Solar PV power production is the most obvious segment in solar PV, but not necessarily the best for PE investors. For one, there is little upside. For another, to what extent the client can scale his operations is a big question given that this depends pretty much on governmental decisions right now. A third reason is that the discounting option in the grid connected solar PV power plant applications under the latest phase of the National Solar Mission has thrown a further spanner in the works – now, a financial investor doesn’t know what the return on investment will be.

On the other hand, there are other stages along the value chain where PE investments could accrue much higher value in future – module manufacturing, cell manufacturing, training, developing monitoring software are some of them. As can be easily seen, the potential upsides for these are much better than one for a 25-year PPA. (Pl see a presentation I made in Delhi recently on how the demand for solar can be increased by letting go the mindset that solar = grid connected solar PV power plants)

How well is the government following up with its pronouncements?

Whichever stage of the value chain the company is in, its success to at least some extent depends on government incentives and regulations. It is important for the investor to appreciate and gauge the seriousness of government pronouncements of incentives. That is, some incentives will be announced but will never see the light of day and some will make it through. For example, biofuel mandates requiring 5% of blend essential for both biodiesel and fuel ethanol were passed over three years back, but the oil marketing companies such IOC, BPCL etc are yet to fully implement the mandates. If you were an investor who had invested into a biodiesel company with this mandate as  a key driver, you will be sitting with a biodiesel company that is utilizing a fraction of its capacity today.

For solar PV, government incentives are even more critical for the financial sustainability of the project given the much higher capital costs.

How adaptable is the developer to changing market conditions? Is he flexible enough to bring in changes as and when required?

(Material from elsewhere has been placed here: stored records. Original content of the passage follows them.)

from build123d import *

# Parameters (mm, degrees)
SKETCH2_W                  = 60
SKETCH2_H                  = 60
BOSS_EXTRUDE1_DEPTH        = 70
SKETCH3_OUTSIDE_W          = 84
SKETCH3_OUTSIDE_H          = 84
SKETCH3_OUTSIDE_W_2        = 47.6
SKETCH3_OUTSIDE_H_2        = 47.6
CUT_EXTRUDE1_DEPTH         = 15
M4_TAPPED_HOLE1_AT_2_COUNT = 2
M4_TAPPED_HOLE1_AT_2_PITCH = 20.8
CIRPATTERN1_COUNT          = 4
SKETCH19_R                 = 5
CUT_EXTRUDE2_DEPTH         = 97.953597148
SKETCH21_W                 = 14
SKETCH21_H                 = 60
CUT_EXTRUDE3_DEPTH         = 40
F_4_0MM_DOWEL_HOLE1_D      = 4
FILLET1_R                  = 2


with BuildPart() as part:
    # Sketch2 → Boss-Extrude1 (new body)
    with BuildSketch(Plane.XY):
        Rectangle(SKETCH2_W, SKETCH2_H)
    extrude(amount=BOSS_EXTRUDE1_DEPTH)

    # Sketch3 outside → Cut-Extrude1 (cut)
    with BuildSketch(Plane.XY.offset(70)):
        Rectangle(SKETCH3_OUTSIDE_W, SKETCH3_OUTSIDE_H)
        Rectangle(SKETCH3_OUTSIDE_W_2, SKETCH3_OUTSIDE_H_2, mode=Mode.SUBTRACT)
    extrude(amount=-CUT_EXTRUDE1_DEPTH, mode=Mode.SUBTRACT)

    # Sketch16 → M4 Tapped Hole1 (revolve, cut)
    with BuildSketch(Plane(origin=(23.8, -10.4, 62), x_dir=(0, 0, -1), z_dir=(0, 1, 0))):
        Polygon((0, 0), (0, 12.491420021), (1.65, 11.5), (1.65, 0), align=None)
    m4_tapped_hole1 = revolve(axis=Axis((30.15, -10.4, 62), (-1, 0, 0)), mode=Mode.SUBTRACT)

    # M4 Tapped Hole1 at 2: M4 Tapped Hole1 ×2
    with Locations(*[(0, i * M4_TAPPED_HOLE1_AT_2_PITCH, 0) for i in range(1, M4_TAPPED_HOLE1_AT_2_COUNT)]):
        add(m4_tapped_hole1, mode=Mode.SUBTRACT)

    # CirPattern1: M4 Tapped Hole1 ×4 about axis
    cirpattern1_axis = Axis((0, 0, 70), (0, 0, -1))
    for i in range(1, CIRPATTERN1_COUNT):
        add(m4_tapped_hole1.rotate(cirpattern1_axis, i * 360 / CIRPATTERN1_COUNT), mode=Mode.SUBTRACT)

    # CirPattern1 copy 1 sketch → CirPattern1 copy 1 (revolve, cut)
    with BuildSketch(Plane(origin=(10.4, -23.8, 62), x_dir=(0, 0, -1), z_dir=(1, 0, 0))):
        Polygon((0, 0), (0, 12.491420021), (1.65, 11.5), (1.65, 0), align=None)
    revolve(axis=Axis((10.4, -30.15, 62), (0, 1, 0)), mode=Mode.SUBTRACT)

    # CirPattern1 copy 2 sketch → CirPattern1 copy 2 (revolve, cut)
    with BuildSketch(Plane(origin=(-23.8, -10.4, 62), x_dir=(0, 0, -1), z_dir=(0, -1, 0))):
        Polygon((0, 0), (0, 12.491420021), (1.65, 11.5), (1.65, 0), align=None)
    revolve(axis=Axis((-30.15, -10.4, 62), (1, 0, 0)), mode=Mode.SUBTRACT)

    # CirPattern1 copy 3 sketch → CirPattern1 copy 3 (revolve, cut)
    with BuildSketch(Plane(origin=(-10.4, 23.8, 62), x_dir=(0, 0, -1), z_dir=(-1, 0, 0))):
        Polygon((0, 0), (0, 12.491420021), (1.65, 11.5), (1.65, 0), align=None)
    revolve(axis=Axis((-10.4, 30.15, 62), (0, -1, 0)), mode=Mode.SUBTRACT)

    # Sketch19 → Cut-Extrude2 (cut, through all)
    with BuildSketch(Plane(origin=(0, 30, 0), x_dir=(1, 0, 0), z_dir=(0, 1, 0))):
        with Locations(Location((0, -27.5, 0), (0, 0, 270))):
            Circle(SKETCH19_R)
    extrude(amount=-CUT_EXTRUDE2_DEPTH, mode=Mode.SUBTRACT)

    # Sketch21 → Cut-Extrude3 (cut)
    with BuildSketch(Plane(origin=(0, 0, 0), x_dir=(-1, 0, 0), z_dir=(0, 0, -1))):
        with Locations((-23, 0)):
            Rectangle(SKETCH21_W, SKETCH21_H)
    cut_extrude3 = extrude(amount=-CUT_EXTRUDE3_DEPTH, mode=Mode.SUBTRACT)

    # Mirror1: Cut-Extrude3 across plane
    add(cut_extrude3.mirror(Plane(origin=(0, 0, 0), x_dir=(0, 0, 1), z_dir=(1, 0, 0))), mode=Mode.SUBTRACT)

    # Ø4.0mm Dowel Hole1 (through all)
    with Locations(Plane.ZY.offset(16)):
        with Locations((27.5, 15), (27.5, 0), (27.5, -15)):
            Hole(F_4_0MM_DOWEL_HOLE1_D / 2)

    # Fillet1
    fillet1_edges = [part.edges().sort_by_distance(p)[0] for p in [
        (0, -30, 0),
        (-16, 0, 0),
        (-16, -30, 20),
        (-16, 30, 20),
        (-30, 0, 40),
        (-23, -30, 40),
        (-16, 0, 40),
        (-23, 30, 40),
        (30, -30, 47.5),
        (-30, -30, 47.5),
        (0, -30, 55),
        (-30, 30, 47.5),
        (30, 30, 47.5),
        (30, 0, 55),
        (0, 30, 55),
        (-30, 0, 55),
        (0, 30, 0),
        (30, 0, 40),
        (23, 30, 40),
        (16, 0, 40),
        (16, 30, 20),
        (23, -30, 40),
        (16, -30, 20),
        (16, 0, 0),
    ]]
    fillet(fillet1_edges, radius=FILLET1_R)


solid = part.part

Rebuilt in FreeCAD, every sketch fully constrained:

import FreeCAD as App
import Part
import Sketcher

V = App.Vector
Q = App.Units.Quantity


def edges_at(feature, points):
    """Names of the edges that pass closest to the given points."""
    edges = feature.Shape.Edges
    near = lambda p: min(range(len(edges)), key=lambda i: edges[i].distToShape(Part.Vertex(*p))[0])
    return sorted({f"Edge{near(p) + 1}" for p in points})

doc = App.newDocument("Part")
body = doc.addObject("PartDesign::Body", "Body")

# Sketch on XY plane
sketch1 = body.newObject("Sketcher::SketchObject", "Sketch")
sketch1.AttachmentSupport = (doc.getObject("XY_Plane"), [""])
sketch1.MapMode = "FlatFace"
sketch1.addGeometry(Part.LineSegment(V(-30, 30, 0), V(-30, -30, 0)), False)
sketch1.addGeometry(Part.LineSegment(V(-30, -30, 0), V(30, -30, 0)), False)
sketch1.addGeometry(Part.LineSegment(V(30, -30, 0), V(30, 30, 0)), False)
sketch1.addGeometry(Part.LineSegment(V(30, 30, 0), V(-30, 30, 0)), False)
sketch1.addConstraint(Sketcher.Constraint("Coincident", 0, 2, 1, 1))
sketch1.addConstraint(Sketcher.Constraint("Coincident", 1, 2, 2, 1))
sketch1.addConstraint(Sketcher.Constraint("Coincident", 2, 2, 3, 1))
sketch1.addConstraint(Sketcher.Constraint("Coincident", 3, 2, 0, 1))
sketch1.addConstraint(Sketcher.Constraint("Vertical", 0))
sketch1.addConstraint(Sketcher.Constraint("Horizontal", 1))
sketch1.addConstraint(Sketcher.Constraint("Vertical", 2))
sketch1.addConstraint(Sketcher.Constraint("Horizontal", 3))
sketch1.addConstraint(Sketcher.Constraint("Symmetric", 0, 2, 2, 2, -1, 1))
sketch1.addConstraint(Sketcher.Constraint("Equal", 3, 0))
sketch1.addConstraint(Sketcher.Constraint("DistanceX", 1, 1, 1, 2, 60.0))
pad1 = body.newObject("PartDesign::Pad", "Pad")
pad1.Profile = sketch1
pad1.Length = 70

# Sketch on XY plane
sketch2 = body.newObject("Sketcher::SketchObject", "Sketch001")
sketch2.AttachmentSupport = (doc.getObject("XY_Plane"), [""])
sketch2.MapMode = "FlatFace"
sketch2.AttachmentOffset = App.Placement(V(0, 0, 70), App.Rotation())
sketch2.addGeometry(Part.LineSegment(V(-42, 42, 0), V(-42, -42, 0)), False)
sketch2.addGeometry(Part.LineSegment(V(-42, -42, 0), V(42, -42, 0)), False)
sketch2.addGeometry(Part.LineSegment(V(42, -42, 0), V(42, 42, 0)), False)
sketch2.addGeometry(Part.LineSegment(V(42, 42, 0), V(-42, 42, 0)), False)
sketch2.addGeometry(Part.LineSegment(V(24, -24, 0), V(-24, -24, 0)), False)
sketch2.addGeometry(Part.LineSegment(V(-24, -24, 0), V(-24, 24, 0)), False)
sketch2.addGeometry(Part.LineSegment(V(-24, 24, 0), V(24, 24, 0)), False)
sketch2.addGeometry(Part.LineSegment(V(24, 24, 0), V(24, -24, 0)), False)
sketch2.addConstraint(Sketcher.Constraint("Coincident", 0, 2, 1, 1))
sketch2.addConstraint(Sketcher.Constraint("Coincident", 1, 2, 2, 1))
sketch2.addConstraint(Sketcher.Constraint("Coincident", 2, 2, 3, 1))
sketch2.addConstraint(Sketcher.Constraint("Coincident", 3, 2, 0, 1))
sketch2.addConstraint(Sketcher.Constraint("Coincident", 4, 2, 5, 1))
sketch2.addConstraint(Sketcher.Constraint("Coincident", 5, 2, 6, 1))
sketch2.addConstraint(Sketcher.Constraint("Coincident", 6, 2, 7, 1))
sketch2.addConstraint(Sketcher.Constraint("Coincident", 7, 2, 4, 1))
sketch2.addConstraint(Sketcher.Constraint("Vertical", 0))
sketch2.addConstraint(Sketcher.Constraint("Horizontal", 1))
sketch2.addConstraint(Sketcher.Constraint("Vertical", 2))
sketch2.addConstraint(Sketcher.Constraint("Horizontal", 3))
sketch2.addConstraint(Sketcher.Constraint("Horizontal", 4))
sketch2.addConstraint(Sketcher.Constraint("Vertical", 5))
sketch2.addConstraint(Sketcher.Constraint("Horizontal", 6))
sketch2.addConstraint(Sketcher.Constraint("Vertical", 7))
sketch2.addConstraint(Sketcher.Constraint("Symmetric", 0, 2, 2, 2, -1, 1))
sketch2.addConstraint(Sketcher.Constraint("Symmetric", 4, 2, 6, 2, -1, 1))
sketch2.addConstraint(Sketcher.Constraint("Equal", 3, 0))
sketch2.addConstraint(Sketcher.Constraint("Equal", 6, 5))
sketch2.addConstraint(Sketcher.Constraint("DistanceX", 1, 1, 1, 2, 84.0))
sketch2.addConstraint(Sketcher.Constraint("DistanceX", 4, 2, 4, 1, 47.6))
pocket1 = body.newObject("PartDesign::Pocket", "Pocket")
pocket1.Profile = sketch2
pocket1.Length = 15

# Sketch on XZ plane
sketch3 = body.newObject("Sketcher::SketchObject", "Sketch002")
sketch3.AttachmentSupport = (doc.getObject("XZ_Plane"), [""])
sketch3.MapMode = "FlatFace"
sketch3.AttachmentOffset = App.Placement(V(0, 0, 10.4), App.Rotation())
sketch3.addGeometry(Part.LineSegment(V(11.3, 62, 0), V(23.8, 62, 0)), False)
sketch3.addGeometry(Part.LineSegment(V(23.8, 62, 0), V(23.8, 60.4, 0)), False)
sketch3.addGeometry(Part.LineSegment(V(23.8, 60.4, 0), V(12.3, 60.4, 0)), False)
sketch3.addGeometry(Part.LineSegment(V(12.3, 60.4, 0), V(11.3, 62, 0)), False)
sketch3.addGeometry(Part.LineSegment(V(23.8, 62, 0), V(11.3, 62, 0)), True)  # axis
sketch3.addConstraint(Sketcher.Constraint("Coincident", 0, 2, 1, 1))
sketch3.addConstraint(Sketcher.Constraint("Coincident", 1, 2, 2, 1))
sketch3.addConstraint(Sketcher.Constraint("Coincident", 2, 2, 3, 1))
sketch3.addConstraint(Sketcher.Constraint("Coincident", 3, 2, 0, 1))
sketch3.addConstraint(Sketcher.Constraint("Horizontal", 0))
sketch3.addConstraint(Sketcher.Constraint("Vertical", 1))
sketch3.addConstraint(Sketcher.Constraint("Horizontal", 2))
sketch3.addConstraint(Sketcher.Constraint("Horizontal", 4))
sketch3.addConstraint(Sketcher.Constraint("Coincident", 4, 1, 0, 2))
sketch3.addConstraint(Sketcher.Constraint("Equal", 0, 4))
sketch3.addConstraint(Sketcher.Constraint("Angle", 3, Q("121 deg")))
sketch3.addConstraint(Sketcher.Constraint("DistanceX", 2, 2, 2, 1, 11.5))
sketch3.addConstraint(Sketcher.Constraint("DistanceY", -1, 1, 0, 2, 62.0))
sketch3.addConstraint(Sketcher.Constraint("DistanceY", 1, 2, 1, 1, 1.65))
sketch3.addConstraint(Sketcher.Constraint("DistanceX", -1, 1, 0, 2, 23.8))
groove = body.newObject("PartDesign::Groove", "Groove")
groove.Profile = sketch3
groove.ReferenceAxis = (sketch3, ["Axis0"])
groove.Angle = 360
doc.recompute()

linearpattern = body.newObject("PartDesign::LinearPattern", "LinearPattern")
linearpattern.Originals = [groove]
linearpattern.Direction = (doc.getObject("Y_Axis"), [""])
linearpattern.Mode = "offset"
linearpattern.Offset = 20.8
linearpattern.Occurrences = 2
body.Tip = linearpattern
doc.recompute()

polarpattern = body.newObject("PartDesign::PolarPattern", "PolarPattern")
polarpattern.Originals = [groove]
polarpattern.Axis = (doc.getObject("Z_Axis"), [""])
polarpattern.Angle = 360
polarpattern.Occurrences = 4
body.Tip = polarpattern

# Sketch on YZ plane
sketch4 = body.newObject("Sketcher::SketchObject", "Sketch003")
sketch4.AttachmentSupport = (doc.getObject("YZ_Plane"), [""])
sketch4.MapMode = "FlatFace"
sketch4.AttachmentOffset = App.Placement(V(0, 0, 10.4), App.Rotation())
sketch4.addGeometry(Part.LineSegment(V(-11.3, 62, 0), V(-23.8, 62, 0)), False)
sketch4.addGeometry(Part.LineSegment(V(-23.8, 62, 0), V(-23.8, 60.4, 0)), False)
sketch4.addGeometry(Part.LineSegment(V(-23.8, 60.4, 0), V(-12.3, 60.4, 0)), False)
sketch4.addGeometry(Part.LineSegment(V(-12.3, 60.4, 0), V(-11.3, 62, 0)), False)
sketch4.addGeometry(Part.LineSegment(V(-23.8, 62, 0), V(-11.3, 62, 0)), True)  # axis
sketch4.addConstraint(Sketcher.Constraint("Coincident", 0, 2, 1, 1))
sketch4.addConstraint(Sketcher.Constraint("Coincident", 1, 2, 2, 1))
sketch4.addConstraint(Sketcher.Constraint("Coincident", 2, 2, 3, 1))
sketch4.addConstraint(Sketcher.Constraint("Coincident", 3, 2, 0, 1))
sketch4.addConstraint(Sketcher.Constraint("Horizontal", 0))
sketch4.addConstraint(Sketcher.Constraint("Vertical", 1))
sketch4.addConstraint(Sketcher.Constraint("Horizontal", 2))
sketch4.addConstraint(Sketcher.Constraint("Horizontal", 4))
sketch4.addConstraint(Sketcher.Constraint("Coincident", 4, 1, 0, 2))
sketch4.addConstraint(Sketcher.Constraint("Equal", 0, 4))
sketch4.addConstraint(Sketcher.Constraint("Angle", 3, Q("59 deg")))
sketch4.addConstraint(Sketcher.Constraint("DistanceX", 2, 1, 2, 2, 11.5))
sketch4.addConstraint(Sketcher.Constraint("DistanceY", -1, 1, 0, 2, 62.0))
sketch4.addConstraint(Sketcher.Constraint("DistanceY", 1, 2, 1, 1, 1.65))
sketch4.addConstraint(Sketcher.Constraint("DistanceX", 0, 2, -1, 1, 23.8))
groove2 = body.newObject("PartDesign::Groove", "Groove001")
groove2.Profile = sketch4
groove2.ReferenceAxis = (sketch4, ["Axis0"])
groove2.Angle = 360

# Sketch on XZ plane
sketch5 = body.newObject("Sketcher::SketchObject", "Sketch004")
sketch5.AttachmentSupport = (doc.getObject("XZ_Plane"), [""])
sketch5.MapMode = "FlatFace"
sketch5.AttachmentOffset = App.Placement(V(0, 0, 10.4), App.Rotation())
sketch5.addGeometry(Part.LineSegment(V(-11.3, 62, 0), V(-23.8, 62, 0)), False)
sketch5.addGeometry(Part.LineSegment(V(-23.8, 62, 0), V(-23.8, 60.4, 0)), False)
sketch5.addGeometry(Part.LineSegment(V(-23.8, 60.4, 0), V(-12.3, 60.4, 0)), False)
sketch5.addGeometry(Part.LineSegment(V(-12.3, 60.4, 0), V(-11.3, 62, 0)), False)
sketch5.addGeometry(Part.LineSegment(V(-23.8, 62, 0), V(-11.3, 62, 0)), True)  # axis
sketch5.addConstraint(Sketcher.Constraint("Coincident", 0, 2, 1, 1))
sketch5.addConstraint(Sketcher.Constraint("Coincident", 1, 2, 2, 1))
sketch5.addConstraint(Sketcher.Constraint("Coincident", 2, 2, 3, 1))
sketch5.addConstraint(Sketcher.Constraint("Coincident", 3, 2, 0, 1))
sketch5.addConstraint(Sketcher.Constraint("Horizontal", 0))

This question is especially valid if the company is in cell or module production. Technology is changing quite fast in solar PV – while crystalline cells and panels appear quite safe today in terms of their future prospects, don’t be too sure.   There are enough people around the world who swear that it will all be thin films in a few years from now. Who’s right? Who knows! This necessitates that the company is tuned to what’s happening in the marketplace and can change its mindset and plans within a reasonably quick timeframe.

What is the background of the developer?

In my consulting experience, I have seen all sorts of people keen on getting into the solar industry, especially for putting up power plants – from obvious suspects such as EPC companies to software companies that wish to hitch their wagon to the next big thing to some really surprising sectors such as education. Well, in theory, anyone can succeed in anything, but if I were you, I would be more comfortable with companies that have a background in engineering.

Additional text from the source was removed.